La sfera degli interessi artistici spazia dalla prosa libera frammentaristica ai versi, dalle sceneggiature agli articoli, riguardanti i problemi della pratica poetica contemporanea e della cinematografia (articoli su Antonioni, Rechviašvili, Pierre Casta, Olmi, etc). È autore di sceneggiature per film a cartoni animati “Pauza” [Pausa] (regia di Sergej Alibekov, premio al festival di Annecy), “Lošad’” [Il cavallo] (regia di M. Machmudov, premio al festival del cinema d’animazione a Istanbul).
Nel 1999 per un ciclo di versi sulla nuova cultura ha compiuto un viaggio in Svizzera su iniziativa del Fondo Soros. I testi – versi, racconti, saggi, interviste – sono stati tradotti in finlandese, francese, tedesco e uzbeco.  È stato insignito di vari riconoscimenti: il premio della letteratura indipendente Andrej Belyj (S. Pietroburgo 1993) per il rigore dello stile e il dialogo Occidente – Oriente; il premio “Globus” della rivista “Znamja” e della Biblioteca di letteratura straniera Rudomino (Mosca 1998) per le opere, che possono avvicinare popoli e culture; il premio della rivista “Samvatas” (Kiev 1993); è entrato nella classifica del Piccolo Booker per il lavoro redazionale (Mosca 1999).                                                 
Nel 1998 Šamšad Abdullaev scrive: “Fergana è una valle dimenticata da Dio e dagli uomini, la periferia delle periferie, ma al tempo stesso è un benedetto spazio vuoto, dove del tutto naturalmente risuona qualunque testo poetico (gli oggettivisti americani degli anni Trenta, gli ermetici italiani degli anni Venti, etc.)”.
La scuola poetica di Fergana è nata ufficialmente con questo nome nel 1991, quando sul numero di maggio di “Zvezda Vostoka” [Stella d’Oriente] (rivista di lingua russa edita a Taškent) è stata pubblicata una breve antologia, che comprendeva i testi di Šamšad Abdullaev, Daniil Kislov e Chamdam Zakirov.
Questo originale movimento letterario si inserisce nella tradizione dall’avanguardia degli anni Settanta, costituita da letterati, musicisti e artisti.
La letteratura della scuola di Fergana è un fenomeno ragguardevole, che varca i limiti del mondo centro asiatico. I Russi si sono sempre interessati dell’Asia, ma l’hanno descritta dall’esterno.

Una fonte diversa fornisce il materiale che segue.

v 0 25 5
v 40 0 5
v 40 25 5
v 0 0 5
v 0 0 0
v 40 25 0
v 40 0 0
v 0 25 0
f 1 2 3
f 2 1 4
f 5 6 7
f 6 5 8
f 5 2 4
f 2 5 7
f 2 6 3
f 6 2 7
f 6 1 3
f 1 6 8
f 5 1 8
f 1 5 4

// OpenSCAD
// Missing vertical leg: only the horizontal base plate.
cube([40, 25, 5]);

La scuola di Fergana è un grandioso esperimento, perché la vita asiatica è descritta dall’interno, in un russo originale … Qui anche i gatti si lavano a loro modo: “Il gatto fa amen, come uno sciita che prega con una sola mano”… Certo, Fergana non è solo questa sensazione dell’Asia eterna e pigramente contemplativa, ma in russo nessuno ancora aveva espresso questo nirvana così fedelmente… Versi non come equilibrismo letterario, ma come metodo effettivo per conoscere la vita.
La descrizione dell’oggetto è condotta a un naturalismo estremo attraverso stati d’animo irreali. Spiccano un peculiare lirismo depressivo, l’antistoricismo, l’avversione per l’azione e per la narrazione totalizzante. La realtà sociale si dissolve, l’eticità va in secondo piano. Abdullaev afferma: «la priorità delle immagini visuali, prive di una riflessione complessa, di ricercate astrazioni e meditazioni riguardo ai valori sociali e morali predominanti…”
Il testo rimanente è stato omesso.